Walsh-Jennings also highlighted the fact that she strives to live a whole and balanced life, making time for her family and faith, in addition to her rigorous volleyball training schedule. Before each game, she repeats the mantra given to her by her coach -- "breathe, believe, and battle" -- and believes that champions are first made in the mind, that the psychological training is the hardest, whereas the "physical stuff is easy." Similarly, I imagine for many of us, getting motivated to get off the couch and make it out the door is where the real struggle is, not necessarily the actual act of walking or biking or hiking.

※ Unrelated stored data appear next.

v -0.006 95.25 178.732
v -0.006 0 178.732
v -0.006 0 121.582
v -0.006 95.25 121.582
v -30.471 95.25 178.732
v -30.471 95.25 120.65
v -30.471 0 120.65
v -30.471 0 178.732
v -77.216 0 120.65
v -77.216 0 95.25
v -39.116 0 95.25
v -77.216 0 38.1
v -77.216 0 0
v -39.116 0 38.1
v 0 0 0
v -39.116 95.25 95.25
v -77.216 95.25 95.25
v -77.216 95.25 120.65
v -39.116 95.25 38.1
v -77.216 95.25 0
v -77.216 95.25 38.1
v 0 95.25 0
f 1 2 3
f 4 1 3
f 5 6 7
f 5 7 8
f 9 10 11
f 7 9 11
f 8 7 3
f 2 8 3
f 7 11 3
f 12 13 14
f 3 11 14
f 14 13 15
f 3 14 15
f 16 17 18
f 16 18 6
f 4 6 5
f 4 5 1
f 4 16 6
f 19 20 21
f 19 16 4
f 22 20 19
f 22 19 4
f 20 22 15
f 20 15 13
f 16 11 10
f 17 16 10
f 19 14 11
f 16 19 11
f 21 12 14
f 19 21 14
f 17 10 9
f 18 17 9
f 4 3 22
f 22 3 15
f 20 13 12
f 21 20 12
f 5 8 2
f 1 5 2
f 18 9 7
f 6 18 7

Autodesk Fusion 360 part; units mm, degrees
sketch "Sketch3" plane through (0, 0, 0) normal (0, 1, 0) x (1, 0, 0)
  line L0 (0, 0) -> (-77.216, 0)
  line L1 (-77.216, 0) -> (-77.216, -38.1)
  line L2 (-77.216, -38.1) -> (-39.116, -38.1)
  line L3 (-39.116, -38.1) -> (-39.116, -95.25)
  line L4 (-39.116, -95.25) -> (-77.216, -95.25)
  line L5 (-77.216, -95.25) -> (-77.216, -120.65)
  line L6 (-77.216, -120.65) -> (-30.4714, -120.65)
  line L7 (-0.0056, -121.5825) -> (0, 0)
  line L8 (-30.4714, -120.65) -> (-30.4714, -178.7325)
  line L9 (-30.4714, -178.7325) -> (-0.0056, -178.7325)
  line L10 (-0.0056, -178.7325) -> (-0.0056, -121.5825)
  dimension "d9" = 77.216
  dimension "d10" = 38.1
  dimension "d11" = 38.1
  dimension "d12" = 57.15
  dimension "d13" = 38.1
  dimension "d14" = 25.4
  dimension "d15" = 77.216
  dimension "d17" = 57.15
extrude "Extrude2" add sketch "Sketch3" along normal blind 95.25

Perhaps if we really believed that just 30 minutes of moderate exercise a day would consistently improve our moods, we would be more apt to do it. The good news is that the scientific evidence is out there. Numerous clinical studies have shown that exercise simply works. It helps reduce stress levels, eases depression and anxiety, lifts the spirits, and promotes an undeniable joie de vivre. In fact, a landmark 1999 Duke University study suggested that moderate aerobic exercise done on a regular basis works just as well as Zoloft in older persons to alleviate major depression and has a longer and more lasting impact on mood than medication alone for persons with major depressive disorder.

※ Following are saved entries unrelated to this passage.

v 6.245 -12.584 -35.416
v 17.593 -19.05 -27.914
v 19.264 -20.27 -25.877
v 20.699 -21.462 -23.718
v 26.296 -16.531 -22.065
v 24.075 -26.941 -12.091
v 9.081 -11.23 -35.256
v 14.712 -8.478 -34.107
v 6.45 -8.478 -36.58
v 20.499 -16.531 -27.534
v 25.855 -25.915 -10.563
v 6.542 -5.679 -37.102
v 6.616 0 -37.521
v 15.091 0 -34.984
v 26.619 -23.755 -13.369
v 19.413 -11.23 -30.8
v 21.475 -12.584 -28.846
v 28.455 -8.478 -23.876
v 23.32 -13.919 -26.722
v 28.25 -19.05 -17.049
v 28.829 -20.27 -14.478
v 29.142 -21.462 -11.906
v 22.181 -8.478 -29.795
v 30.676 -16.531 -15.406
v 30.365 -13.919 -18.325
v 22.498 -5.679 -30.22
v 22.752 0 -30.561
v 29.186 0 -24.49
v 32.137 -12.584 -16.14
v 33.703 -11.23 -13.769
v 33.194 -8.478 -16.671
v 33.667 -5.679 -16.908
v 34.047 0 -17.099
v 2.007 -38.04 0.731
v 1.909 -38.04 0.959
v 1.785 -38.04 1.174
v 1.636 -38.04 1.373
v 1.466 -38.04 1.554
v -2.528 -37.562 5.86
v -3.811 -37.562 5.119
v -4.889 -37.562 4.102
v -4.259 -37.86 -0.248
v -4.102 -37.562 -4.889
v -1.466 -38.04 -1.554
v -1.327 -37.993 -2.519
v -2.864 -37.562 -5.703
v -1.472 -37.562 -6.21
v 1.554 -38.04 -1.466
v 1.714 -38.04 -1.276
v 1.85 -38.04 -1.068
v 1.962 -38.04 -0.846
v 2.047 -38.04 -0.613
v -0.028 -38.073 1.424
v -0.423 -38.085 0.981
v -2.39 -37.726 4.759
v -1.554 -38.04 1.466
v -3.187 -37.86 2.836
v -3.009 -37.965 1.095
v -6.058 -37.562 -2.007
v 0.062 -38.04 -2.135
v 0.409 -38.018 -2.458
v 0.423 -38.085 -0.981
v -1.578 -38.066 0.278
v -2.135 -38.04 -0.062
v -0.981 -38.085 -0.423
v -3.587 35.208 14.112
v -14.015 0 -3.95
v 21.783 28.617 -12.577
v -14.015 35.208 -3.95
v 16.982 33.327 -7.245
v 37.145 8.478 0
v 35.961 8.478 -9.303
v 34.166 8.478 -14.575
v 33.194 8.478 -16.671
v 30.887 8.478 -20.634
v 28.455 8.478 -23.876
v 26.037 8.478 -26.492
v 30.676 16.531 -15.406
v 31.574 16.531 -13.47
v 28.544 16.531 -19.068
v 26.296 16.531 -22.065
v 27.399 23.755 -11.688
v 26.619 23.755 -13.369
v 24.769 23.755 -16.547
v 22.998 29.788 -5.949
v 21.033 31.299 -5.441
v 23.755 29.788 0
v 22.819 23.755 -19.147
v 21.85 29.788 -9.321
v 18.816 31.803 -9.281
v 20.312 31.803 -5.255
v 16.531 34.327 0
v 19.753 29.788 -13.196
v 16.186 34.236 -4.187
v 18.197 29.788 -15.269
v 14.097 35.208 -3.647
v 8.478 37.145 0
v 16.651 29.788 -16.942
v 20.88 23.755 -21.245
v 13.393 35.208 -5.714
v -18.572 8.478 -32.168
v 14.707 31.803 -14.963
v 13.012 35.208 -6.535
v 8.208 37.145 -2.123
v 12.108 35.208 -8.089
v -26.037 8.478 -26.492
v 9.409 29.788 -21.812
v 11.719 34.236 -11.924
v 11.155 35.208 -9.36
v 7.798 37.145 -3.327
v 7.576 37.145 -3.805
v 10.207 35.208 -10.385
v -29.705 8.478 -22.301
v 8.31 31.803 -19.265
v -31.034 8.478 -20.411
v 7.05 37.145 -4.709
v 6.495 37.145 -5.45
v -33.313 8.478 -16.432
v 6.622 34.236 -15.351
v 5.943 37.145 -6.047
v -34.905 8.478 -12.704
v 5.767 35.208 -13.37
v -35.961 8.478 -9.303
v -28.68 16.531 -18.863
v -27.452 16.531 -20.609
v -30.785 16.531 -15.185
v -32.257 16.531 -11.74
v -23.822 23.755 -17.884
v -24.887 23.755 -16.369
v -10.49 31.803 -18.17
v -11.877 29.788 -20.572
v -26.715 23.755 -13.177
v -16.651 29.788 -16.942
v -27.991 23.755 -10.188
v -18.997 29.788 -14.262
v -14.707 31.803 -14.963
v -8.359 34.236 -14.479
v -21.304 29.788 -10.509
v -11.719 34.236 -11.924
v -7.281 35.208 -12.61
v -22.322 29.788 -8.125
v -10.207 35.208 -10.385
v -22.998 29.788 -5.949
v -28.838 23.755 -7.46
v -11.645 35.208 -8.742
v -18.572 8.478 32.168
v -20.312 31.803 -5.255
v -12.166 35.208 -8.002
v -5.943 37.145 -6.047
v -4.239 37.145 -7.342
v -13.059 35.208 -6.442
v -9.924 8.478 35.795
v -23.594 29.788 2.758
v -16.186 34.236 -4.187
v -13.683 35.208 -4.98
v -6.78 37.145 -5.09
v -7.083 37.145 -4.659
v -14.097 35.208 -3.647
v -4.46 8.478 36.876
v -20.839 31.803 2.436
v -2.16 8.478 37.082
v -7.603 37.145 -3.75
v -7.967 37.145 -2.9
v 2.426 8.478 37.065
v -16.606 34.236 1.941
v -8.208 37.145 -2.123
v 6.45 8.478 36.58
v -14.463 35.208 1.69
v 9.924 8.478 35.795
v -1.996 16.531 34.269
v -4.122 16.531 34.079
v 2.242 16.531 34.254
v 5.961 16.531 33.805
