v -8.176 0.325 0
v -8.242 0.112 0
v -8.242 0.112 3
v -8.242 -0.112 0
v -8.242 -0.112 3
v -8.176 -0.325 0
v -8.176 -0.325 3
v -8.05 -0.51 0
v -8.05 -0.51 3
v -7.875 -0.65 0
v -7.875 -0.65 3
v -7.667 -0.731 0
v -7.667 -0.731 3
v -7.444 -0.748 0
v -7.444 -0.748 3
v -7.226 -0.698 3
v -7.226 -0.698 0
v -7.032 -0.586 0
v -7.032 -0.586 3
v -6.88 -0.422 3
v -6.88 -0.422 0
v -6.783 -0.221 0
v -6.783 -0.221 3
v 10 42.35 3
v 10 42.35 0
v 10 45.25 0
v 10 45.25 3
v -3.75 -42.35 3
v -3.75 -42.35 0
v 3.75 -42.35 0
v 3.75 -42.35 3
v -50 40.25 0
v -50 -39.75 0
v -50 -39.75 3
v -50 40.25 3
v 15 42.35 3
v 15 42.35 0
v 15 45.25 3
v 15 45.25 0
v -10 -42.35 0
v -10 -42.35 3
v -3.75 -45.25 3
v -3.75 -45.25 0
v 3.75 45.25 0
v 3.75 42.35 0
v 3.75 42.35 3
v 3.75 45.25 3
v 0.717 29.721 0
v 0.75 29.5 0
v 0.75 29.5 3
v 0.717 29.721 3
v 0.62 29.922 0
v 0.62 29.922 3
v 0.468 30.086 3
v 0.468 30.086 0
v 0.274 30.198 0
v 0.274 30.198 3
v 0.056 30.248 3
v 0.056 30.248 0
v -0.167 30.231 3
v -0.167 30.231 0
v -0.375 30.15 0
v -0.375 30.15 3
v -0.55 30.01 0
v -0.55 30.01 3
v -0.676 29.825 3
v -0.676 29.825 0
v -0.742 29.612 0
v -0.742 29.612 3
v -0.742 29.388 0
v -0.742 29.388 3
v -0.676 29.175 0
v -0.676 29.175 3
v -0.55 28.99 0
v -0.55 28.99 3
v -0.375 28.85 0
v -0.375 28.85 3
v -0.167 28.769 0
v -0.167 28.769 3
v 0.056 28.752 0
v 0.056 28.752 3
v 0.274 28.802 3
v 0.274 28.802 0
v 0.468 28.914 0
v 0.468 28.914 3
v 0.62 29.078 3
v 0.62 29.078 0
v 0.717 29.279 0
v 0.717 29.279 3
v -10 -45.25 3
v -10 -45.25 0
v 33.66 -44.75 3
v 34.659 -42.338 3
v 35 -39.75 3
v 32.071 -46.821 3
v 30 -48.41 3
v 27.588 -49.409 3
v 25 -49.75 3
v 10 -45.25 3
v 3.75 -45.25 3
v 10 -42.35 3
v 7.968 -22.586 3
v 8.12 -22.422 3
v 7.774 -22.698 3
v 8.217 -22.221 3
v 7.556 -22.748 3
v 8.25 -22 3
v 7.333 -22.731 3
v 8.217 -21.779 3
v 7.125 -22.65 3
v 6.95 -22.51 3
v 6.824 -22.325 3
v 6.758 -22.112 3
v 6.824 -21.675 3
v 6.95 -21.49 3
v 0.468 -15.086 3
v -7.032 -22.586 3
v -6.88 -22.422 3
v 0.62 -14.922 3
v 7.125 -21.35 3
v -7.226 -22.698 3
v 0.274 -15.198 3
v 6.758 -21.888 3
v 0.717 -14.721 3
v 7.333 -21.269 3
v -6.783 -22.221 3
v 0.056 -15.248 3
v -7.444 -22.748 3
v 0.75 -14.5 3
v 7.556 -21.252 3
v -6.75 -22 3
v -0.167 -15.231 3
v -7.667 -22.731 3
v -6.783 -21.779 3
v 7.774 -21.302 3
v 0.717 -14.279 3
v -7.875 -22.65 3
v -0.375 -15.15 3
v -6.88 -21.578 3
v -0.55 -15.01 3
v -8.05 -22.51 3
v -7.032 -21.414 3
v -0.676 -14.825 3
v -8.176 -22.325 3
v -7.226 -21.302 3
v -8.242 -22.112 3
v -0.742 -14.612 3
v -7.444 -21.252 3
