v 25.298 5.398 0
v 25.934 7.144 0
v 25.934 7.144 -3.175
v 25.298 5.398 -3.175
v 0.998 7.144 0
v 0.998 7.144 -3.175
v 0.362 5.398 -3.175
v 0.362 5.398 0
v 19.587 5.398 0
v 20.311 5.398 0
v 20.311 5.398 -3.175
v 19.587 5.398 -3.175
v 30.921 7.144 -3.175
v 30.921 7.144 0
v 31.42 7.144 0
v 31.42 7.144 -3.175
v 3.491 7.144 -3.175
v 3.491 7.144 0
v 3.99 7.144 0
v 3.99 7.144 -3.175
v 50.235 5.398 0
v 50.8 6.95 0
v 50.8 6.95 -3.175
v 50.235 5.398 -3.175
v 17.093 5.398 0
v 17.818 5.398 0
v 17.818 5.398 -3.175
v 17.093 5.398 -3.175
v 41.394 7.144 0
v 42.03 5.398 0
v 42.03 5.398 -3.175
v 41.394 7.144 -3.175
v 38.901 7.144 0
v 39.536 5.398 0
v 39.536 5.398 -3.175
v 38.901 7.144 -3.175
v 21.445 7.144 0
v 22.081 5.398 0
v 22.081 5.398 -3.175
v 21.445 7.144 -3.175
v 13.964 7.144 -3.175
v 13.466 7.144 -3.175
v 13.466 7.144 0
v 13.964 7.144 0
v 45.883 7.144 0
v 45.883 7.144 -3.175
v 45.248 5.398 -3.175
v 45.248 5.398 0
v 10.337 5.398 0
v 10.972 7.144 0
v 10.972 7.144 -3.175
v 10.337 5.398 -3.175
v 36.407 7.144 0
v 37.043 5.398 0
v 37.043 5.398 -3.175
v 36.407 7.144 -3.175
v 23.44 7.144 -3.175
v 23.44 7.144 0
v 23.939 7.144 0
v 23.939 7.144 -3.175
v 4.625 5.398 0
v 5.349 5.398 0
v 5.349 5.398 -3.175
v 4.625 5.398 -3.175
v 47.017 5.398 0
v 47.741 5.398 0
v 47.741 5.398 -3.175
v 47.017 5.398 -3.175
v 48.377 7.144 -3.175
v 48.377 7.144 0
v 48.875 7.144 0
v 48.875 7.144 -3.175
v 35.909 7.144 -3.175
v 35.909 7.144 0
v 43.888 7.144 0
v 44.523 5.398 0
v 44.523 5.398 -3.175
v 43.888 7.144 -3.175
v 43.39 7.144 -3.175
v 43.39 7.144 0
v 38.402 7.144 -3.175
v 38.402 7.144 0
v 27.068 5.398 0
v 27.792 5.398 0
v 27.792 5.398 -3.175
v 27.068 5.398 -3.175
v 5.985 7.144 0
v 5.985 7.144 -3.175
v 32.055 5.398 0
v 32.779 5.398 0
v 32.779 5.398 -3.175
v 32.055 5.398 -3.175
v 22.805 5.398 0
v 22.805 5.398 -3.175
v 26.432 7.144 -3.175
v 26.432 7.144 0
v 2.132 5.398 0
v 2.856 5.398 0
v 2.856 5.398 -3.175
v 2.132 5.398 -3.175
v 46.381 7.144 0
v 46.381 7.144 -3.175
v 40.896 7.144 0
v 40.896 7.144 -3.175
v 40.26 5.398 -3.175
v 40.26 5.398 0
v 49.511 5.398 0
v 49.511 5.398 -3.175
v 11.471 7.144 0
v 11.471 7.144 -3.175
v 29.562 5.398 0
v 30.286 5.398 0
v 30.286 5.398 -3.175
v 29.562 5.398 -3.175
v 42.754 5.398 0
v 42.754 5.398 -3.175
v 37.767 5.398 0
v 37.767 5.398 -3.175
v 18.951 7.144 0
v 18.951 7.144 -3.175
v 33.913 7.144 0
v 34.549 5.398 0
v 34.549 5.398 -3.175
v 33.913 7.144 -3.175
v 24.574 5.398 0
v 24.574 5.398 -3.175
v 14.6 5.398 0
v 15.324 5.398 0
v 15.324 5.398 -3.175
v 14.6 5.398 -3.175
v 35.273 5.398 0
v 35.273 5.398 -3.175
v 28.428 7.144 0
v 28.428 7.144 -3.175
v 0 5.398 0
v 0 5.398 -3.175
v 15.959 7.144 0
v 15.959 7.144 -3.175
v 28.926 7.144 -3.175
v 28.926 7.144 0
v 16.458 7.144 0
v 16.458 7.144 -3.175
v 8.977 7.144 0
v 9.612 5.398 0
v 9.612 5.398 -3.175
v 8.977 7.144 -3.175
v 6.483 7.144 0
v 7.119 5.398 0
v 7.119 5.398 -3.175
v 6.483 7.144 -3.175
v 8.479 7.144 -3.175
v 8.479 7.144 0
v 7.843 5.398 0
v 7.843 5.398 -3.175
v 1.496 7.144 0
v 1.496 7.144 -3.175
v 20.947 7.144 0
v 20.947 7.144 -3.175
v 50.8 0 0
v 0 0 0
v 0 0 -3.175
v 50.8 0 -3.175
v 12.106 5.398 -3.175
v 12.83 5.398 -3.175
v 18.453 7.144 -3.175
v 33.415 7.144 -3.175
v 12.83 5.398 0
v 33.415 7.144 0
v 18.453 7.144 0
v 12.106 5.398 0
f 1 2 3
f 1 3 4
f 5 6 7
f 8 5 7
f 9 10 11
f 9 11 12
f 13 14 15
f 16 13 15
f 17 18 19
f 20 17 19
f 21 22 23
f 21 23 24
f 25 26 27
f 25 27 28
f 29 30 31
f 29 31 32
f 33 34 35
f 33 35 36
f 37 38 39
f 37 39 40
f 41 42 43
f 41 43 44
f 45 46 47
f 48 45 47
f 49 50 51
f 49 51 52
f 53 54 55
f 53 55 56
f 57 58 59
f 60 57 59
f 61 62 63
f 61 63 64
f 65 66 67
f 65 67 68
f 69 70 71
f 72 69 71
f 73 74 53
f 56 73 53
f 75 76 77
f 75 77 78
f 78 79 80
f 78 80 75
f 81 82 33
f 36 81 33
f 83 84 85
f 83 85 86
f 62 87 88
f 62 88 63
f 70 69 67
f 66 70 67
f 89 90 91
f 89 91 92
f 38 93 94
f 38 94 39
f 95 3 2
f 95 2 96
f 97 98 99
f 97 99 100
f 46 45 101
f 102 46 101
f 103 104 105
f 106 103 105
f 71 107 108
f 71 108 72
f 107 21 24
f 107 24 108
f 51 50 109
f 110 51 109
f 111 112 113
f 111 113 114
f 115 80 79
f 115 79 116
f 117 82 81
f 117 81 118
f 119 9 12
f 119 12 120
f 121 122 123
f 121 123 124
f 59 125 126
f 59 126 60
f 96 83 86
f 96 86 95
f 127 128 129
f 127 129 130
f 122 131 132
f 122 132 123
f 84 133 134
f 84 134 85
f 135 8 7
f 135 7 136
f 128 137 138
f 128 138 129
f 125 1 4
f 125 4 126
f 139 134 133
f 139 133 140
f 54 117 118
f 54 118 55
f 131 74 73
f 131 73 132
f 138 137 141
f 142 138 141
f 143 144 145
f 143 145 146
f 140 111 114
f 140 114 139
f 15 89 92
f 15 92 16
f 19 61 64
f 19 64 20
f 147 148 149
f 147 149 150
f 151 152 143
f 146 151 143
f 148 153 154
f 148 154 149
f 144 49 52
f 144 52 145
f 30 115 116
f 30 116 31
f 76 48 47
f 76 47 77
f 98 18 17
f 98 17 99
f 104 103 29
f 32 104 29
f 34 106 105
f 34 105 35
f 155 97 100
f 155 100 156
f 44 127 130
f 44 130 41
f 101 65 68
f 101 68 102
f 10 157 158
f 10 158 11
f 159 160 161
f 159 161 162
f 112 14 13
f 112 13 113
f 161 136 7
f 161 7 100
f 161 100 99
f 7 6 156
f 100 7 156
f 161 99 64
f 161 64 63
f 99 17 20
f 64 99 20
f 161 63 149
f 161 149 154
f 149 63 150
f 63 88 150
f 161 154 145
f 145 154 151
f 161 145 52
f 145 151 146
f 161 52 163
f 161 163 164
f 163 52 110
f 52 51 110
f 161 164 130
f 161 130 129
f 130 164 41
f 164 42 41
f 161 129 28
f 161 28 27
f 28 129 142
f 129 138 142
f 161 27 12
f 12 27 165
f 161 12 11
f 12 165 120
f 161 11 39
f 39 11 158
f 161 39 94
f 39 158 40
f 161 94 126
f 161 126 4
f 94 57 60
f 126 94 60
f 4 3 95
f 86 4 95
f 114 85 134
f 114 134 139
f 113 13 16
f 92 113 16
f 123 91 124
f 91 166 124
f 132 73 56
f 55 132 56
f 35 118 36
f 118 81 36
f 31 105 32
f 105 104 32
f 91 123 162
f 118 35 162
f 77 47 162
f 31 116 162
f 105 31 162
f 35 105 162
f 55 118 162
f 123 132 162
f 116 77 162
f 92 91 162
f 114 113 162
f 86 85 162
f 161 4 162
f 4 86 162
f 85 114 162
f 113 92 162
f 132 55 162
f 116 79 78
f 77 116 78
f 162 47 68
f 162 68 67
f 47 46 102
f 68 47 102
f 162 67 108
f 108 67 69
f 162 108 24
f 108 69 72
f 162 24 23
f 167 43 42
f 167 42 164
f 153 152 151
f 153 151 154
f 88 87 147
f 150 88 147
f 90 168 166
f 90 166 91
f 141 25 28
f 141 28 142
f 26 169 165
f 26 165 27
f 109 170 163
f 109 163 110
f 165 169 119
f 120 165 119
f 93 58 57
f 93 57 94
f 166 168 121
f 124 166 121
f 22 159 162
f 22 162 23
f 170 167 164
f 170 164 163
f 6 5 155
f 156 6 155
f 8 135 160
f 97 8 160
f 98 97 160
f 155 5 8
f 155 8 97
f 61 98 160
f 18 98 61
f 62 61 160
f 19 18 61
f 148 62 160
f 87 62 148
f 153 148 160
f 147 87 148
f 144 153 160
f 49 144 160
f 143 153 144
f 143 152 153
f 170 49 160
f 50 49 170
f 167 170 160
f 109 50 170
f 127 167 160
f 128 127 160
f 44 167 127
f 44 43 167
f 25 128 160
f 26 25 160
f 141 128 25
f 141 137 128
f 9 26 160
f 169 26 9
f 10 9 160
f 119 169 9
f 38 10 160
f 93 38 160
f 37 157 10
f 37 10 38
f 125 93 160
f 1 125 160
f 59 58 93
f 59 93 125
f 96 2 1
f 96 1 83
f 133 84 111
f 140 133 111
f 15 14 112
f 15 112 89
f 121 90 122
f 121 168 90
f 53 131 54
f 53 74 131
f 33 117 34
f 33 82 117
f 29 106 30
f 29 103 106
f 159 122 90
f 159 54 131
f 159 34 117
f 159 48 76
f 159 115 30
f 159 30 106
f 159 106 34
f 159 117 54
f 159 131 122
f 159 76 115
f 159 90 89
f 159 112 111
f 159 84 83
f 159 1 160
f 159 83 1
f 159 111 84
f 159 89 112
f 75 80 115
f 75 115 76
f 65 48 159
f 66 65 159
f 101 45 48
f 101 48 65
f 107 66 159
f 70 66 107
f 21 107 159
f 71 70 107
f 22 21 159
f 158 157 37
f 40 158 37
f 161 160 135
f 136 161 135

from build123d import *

# Parameters (mm, degrees)
BLANKSKE_W        = 50.8
BLANKSKE_H        = 7.14375
BLANK_DEPTH       = 3.175
TOOTHCUTSIM_DEPTH = 52.397994018
TEETHCUTS_COUNT   = 21
TEETHCUTS_PITCH   = 2.493639166


with BuildPart() as part:
    # BlankSke → Blank (new body)
    with BuildSketch(Plane.XY):
        with Locations((25.4, 3.571875)):
            Rectangle(BLANKSKE_W, BLANKSKE_H)
    extrude(amount=-BLANK_DEPTH)

    # TooCutSkeSim → ToothCutSim (cut, through all)
    with BuildSketch(Plane.XY):
        Polygon((0.362072143, 5.3975), (-0.362072143, 5.3975), (-1.006900009, 7.16915), (1.006900009, 7.16915), align=None)
    toothcutsim = extrude(amount=-TOOTHCUTSIM_DEPTH, mode=Mode.SUBTRACT)

    # TeethCuts: ToothCutSim ×21
    with Locations(*[(i * TEETHCUTS_PITCH, 0, 0) for i in range(1, TEETHCUTS_COUNT)]):
        add(toothcutsim, mode=Mode.SUBTRACT)


solid = part.part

A case in point: Sanders believes without a doubt that "getting her run on" makes her happy and contributes to her overall level of well-being. She took up running after retiring from swimming and "runs like she used to swim," by creating a schedule and setting concrete goals. As a busy working mom, she strives to fit her workout into the smallest amount of time possible and always makes physical fitness a top priority for not only herself but for her children as well.

So what can we non-Olympians do when we're sitting on the couch, mopey and sad and stressed and not at all motivated to exercise? Many of us seem unnaturally overwhelmed by even the thought of physical activity. We either feel obligated to go all out to make it even worth it (e.g., run so hard and for so long that we are huffing and puffing and about to collapse). Or we exercise religiously for two months straight and then fall off the map for another six months before taking up the cross again. How would it be if we took a calmer, kinder, more even-keeled approach?

In my practice, I encourage patients to start walking for five minutes a day. Literally set a timer for five minutes and try to walk somewhere during that time. That initial five minutes usually turns into more, but the length of time spent walking isn't even the point. The point is to start being proactive about your mental health in small, sustainable ways. I also do longer walking psychotherapy sessions with patients who can tolerate that level of exertion and most clients find it quite enjoyable. I honestly can't fathom a single downside to walking in a beautiful garden or peaceful park for a little while each day. In fact, on a personal level, I've canceled my fancy gym membership and now just get outside as often as I can. I also accept that I can't always exercise to the same extent every day of the week due to work obligations. And that's okay. But I keep a list and check it twice. Did I at least go for a 30-minute walk a few times this week? Did I take time out to stretch, meditate, and do the things I most enjoy? Am I making my mental and physical health a priority?

With 1 in 4 American adults suffering from a diagnosable mental disorder in a given year, it would behoove us as a nation to use whatever remedies work, both pharmacologic and non-pharmacologic. Aerobic exercise is free, fun, and can bring rapid rewards if done right. We can't all be world-class swimmers or volleyball players and studies have (thankfully) shown that we don't need to be for better mental health. All it takes is some brisk walking or moderate aerobic exercise most days of the week. And that's something almost all of us can do if we really try. No Olympic pedigree required.

So what are some of your own personal experiences with physical fitness and mood? I would love to hear your inspirational stories!